Industry too will have to pay more for its gas and electricity, but for those who compete in international trade, this will be of much less importance than the competitive benefit conferred by devaluation. Inter alia, as I anticipated in an earlier comment, this could transform the prospects for Welsh steel.

Fuel Poverty

Inevitably fuel price rises, like food prices, bear most heavily on the poorest, for whom they are a much higher proportion of total income. This ought to be a major concern. Various approaches can be considered for alternative domestic tariff structures that avoid subsidies to utilities from the public purse, but they usually require a cross-subsidy between consumer groups.

One is the concept of lifeline tariffs, in which the first “block” of energy is provided either free or at a heavily discounted rate, but with a premium rate attaching to higher levels of consumption. Although this is superficially attractive there are some practical problems. One is that the correlation between income and level of consumption is far from perfect. Poorer consumers are not necessarily low volume consumers. Volume can depend on family size, fuel choice, nature of their dwelling, etc.  To illustrate the imperfections of what ends up a scattergun approach, a lifeline tariff is almost bound to benefit second home owners.
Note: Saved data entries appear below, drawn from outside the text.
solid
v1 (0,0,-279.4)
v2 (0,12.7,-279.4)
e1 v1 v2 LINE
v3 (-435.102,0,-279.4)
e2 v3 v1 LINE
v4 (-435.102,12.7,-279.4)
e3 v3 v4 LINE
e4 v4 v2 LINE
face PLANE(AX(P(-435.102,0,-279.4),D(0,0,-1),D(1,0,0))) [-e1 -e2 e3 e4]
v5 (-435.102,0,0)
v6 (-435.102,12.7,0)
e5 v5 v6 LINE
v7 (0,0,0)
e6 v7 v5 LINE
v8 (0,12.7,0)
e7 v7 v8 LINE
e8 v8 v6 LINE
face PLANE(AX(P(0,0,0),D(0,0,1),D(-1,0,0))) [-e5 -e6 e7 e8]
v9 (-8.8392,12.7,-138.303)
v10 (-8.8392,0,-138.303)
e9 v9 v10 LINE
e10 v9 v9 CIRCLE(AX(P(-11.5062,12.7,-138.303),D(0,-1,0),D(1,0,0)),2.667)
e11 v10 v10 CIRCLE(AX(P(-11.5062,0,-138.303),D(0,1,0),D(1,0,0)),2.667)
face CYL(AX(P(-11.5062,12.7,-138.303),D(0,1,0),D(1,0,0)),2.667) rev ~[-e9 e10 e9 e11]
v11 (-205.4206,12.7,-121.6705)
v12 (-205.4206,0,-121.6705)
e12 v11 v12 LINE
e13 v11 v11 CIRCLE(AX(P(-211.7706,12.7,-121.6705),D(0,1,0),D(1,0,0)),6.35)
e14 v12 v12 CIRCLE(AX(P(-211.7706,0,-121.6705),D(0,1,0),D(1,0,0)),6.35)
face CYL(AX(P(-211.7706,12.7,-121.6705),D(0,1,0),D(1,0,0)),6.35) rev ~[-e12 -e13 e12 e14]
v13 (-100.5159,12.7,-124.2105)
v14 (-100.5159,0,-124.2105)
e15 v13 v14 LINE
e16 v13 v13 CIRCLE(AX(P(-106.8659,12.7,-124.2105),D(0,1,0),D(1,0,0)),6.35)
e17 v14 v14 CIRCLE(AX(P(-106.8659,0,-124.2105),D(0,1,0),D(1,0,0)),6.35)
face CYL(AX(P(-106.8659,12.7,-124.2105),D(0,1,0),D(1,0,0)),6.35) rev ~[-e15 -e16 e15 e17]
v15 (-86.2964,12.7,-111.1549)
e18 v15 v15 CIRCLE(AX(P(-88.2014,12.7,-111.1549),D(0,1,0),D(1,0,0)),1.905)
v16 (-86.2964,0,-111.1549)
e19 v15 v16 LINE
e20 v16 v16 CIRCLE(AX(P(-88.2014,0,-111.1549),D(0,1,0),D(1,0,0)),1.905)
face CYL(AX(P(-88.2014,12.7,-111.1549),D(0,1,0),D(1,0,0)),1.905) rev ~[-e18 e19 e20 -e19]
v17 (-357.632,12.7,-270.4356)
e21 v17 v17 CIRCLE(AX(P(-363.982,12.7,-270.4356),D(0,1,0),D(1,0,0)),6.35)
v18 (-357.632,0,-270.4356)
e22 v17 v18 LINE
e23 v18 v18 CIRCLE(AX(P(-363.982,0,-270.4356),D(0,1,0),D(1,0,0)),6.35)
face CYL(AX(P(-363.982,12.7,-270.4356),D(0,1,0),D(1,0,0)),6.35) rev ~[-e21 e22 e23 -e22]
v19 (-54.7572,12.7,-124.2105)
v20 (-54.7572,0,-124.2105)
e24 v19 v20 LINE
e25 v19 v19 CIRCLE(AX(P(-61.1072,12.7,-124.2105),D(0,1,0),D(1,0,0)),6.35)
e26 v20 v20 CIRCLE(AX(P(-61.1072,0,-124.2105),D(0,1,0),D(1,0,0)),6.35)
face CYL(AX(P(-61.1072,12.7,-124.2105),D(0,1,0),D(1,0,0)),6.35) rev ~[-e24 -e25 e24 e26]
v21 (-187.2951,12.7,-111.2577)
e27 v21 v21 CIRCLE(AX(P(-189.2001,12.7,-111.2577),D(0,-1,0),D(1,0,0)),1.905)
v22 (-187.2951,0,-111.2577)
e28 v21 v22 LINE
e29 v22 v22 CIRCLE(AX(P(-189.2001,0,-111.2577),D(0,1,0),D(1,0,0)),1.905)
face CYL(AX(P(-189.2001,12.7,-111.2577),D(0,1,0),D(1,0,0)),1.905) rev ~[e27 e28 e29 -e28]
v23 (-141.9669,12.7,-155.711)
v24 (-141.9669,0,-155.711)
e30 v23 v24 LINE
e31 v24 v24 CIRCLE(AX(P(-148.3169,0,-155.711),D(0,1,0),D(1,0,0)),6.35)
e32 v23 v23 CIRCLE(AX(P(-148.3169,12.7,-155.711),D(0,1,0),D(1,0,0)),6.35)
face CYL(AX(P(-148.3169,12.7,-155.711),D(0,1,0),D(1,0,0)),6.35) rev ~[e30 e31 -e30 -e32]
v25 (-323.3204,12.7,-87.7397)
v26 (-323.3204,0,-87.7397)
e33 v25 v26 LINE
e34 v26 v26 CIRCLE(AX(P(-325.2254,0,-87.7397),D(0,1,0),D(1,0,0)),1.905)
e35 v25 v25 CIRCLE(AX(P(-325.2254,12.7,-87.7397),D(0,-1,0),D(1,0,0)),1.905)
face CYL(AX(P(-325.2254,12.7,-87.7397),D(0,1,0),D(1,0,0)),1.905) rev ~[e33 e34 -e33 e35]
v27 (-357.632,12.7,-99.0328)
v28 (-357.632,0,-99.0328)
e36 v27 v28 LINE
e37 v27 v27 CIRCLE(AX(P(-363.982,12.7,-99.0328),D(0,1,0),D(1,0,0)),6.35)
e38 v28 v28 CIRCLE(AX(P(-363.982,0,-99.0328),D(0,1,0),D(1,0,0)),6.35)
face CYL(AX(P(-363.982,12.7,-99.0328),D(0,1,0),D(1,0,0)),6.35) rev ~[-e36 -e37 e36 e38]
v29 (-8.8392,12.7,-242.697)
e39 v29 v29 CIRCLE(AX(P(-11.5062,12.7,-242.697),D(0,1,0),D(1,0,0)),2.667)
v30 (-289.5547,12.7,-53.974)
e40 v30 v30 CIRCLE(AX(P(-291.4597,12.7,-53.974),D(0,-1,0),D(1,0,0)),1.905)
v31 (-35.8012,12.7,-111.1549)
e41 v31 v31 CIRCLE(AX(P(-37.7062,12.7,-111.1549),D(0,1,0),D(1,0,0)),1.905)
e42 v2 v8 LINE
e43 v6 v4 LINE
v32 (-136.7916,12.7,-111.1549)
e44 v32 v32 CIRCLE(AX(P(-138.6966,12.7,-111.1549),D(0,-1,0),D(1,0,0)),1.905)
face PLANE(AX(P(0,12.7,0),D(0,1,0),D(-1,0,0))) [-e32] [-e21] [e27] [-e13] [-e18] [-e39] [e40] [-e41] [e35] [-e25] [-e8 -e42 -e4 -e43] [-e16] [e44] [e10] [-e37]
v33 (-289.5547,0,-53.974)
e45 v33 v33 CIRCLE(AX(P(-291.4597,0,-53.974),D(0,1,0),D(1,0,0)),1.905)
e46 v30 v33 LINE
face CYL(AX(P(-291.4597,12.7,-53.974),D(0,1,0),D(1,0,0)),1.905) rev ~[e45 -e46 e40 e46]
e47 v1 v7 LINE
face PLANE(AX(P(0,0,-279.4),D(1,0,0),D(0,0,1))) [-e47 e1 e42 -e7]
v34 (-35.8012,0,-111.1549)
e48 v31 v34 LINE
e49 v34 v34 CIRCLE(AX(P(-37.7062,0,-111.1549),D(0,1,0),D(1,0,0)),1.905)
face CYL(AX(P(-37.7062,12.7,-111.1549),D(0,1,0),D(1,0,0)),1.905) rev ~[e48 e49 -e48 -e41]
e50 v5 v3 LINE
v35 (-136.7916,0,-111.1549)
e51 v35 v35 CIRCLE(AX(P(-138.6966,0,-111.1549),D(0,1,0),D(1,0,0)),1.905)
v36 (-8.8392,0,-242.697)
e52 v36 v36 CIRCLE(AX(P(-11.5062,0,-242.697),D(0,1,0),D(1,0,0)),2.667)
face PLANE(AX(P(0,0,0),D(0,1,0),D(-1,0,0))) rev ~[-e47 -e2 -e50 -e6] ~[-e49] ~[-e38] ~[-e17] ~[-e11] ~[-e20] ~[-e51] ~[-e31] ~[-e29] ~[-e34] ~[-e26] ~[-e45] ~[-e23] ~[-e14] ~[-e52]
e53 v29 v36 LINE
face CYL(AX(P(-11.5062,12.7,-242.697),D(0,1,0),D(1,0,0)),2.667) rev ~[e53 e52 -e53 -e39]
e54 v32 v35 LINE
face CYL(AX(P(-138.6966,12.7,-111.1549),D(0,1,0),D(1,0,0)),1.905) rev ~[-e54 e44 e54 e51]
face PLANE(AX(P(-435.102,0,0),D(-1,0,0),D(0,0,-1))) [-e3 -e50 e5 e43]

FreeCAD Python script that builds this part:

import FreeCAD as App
import Part
import Sketcher

V = App.Vector
Q = App.Units.Quantity

doc = App.newDocument("Part")
body = doc.addObject("PartDesign::Body", "Body")
body.AllowCompound = True

sketch1 = doc.addObject("Sketcher::SketchObject", "Sketch")
body.addObject(sketch1)
sketch1.AttachmentSupport = (doc.XZ_Plane, [""])
sketch1.MapMode = "FlatFace"
sketch1.addGeometry([
    Part.LineSegment(V(-435.102, 0, 0), V(0, 0, 0)),
    Part.LineSegment(V(0, 0, 0), V(0, -279.4, 0)),
    Part.LineSegment(V(0, -279.4, 0), V(-435.102, -279.4, 0)),
    Part.LineSegment(V(-435.102, -279.4, 0), V(-435.102, 0, 0)),
], False)
sketch1.addConstraint([
    Sketcher.Constraint("Coincident", 0, 2, 1, 1),
    Sketcher.Constraint("Coincident", 1, 2, 2, 1),
    Sketcher.Constraint("Coincident", 2, 2, 3, 1),
    Sketcher.Constraint("Coincident", 3, 2, 0, 1),
    Sketcher.Constraint("Horizontal", 0),
    Sketcher.Constraint("Vertical", 1),
    Sketcher.Constraint("Horizontal", 2),
    Sketcher.Constraint("Vertical", 3),
    Sketcher.Constraint("Coincident", 0, 2, -1, 1),
    Sketcher.Constraint("DistanceY", 1, 2, 1, 1, Q("11 in")),
    Sketcher.Constraint("DistanceX", 0, 1, 0, 2, Q("17.13 in")),
])
pad1 = doc.addObject("PartDesign::Pad", "Pad")
body.addObject(pad1)
pad1.Profile = sketch1
pad1.Length = Q("0.5 in")
pad1.Reversed = True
A more promising approach is the promotion or subsidy of energy efficiency schemes that will reduce consumption but this approach too may not be adequate for the problem, as it is neither an instant solution nor is it likely to cover all cases of fuel poverty. So there is no simple answer to the problem. At root it is a problem of poverty rather than a problem of energy per se, and we have to accept the fact that the costs of energy are likely to rise above current levels (from what is likely to prove to have been an unsustainable historic low), from devaluation and for other reasons. Lifeline tariffs may be worth an experiment, and energy efficiency is a good thing per se, but otherwise this suggests that the problems of fuel poverty have to be confronted at source, ie poverty, rather than through additional interventions in the energy sector.




Friday, October 14, 2016

A POST GEOGRAPHY TRADING WORLD? REALLY? AND SURELY NOT FOR THE ENERGY SECTOR.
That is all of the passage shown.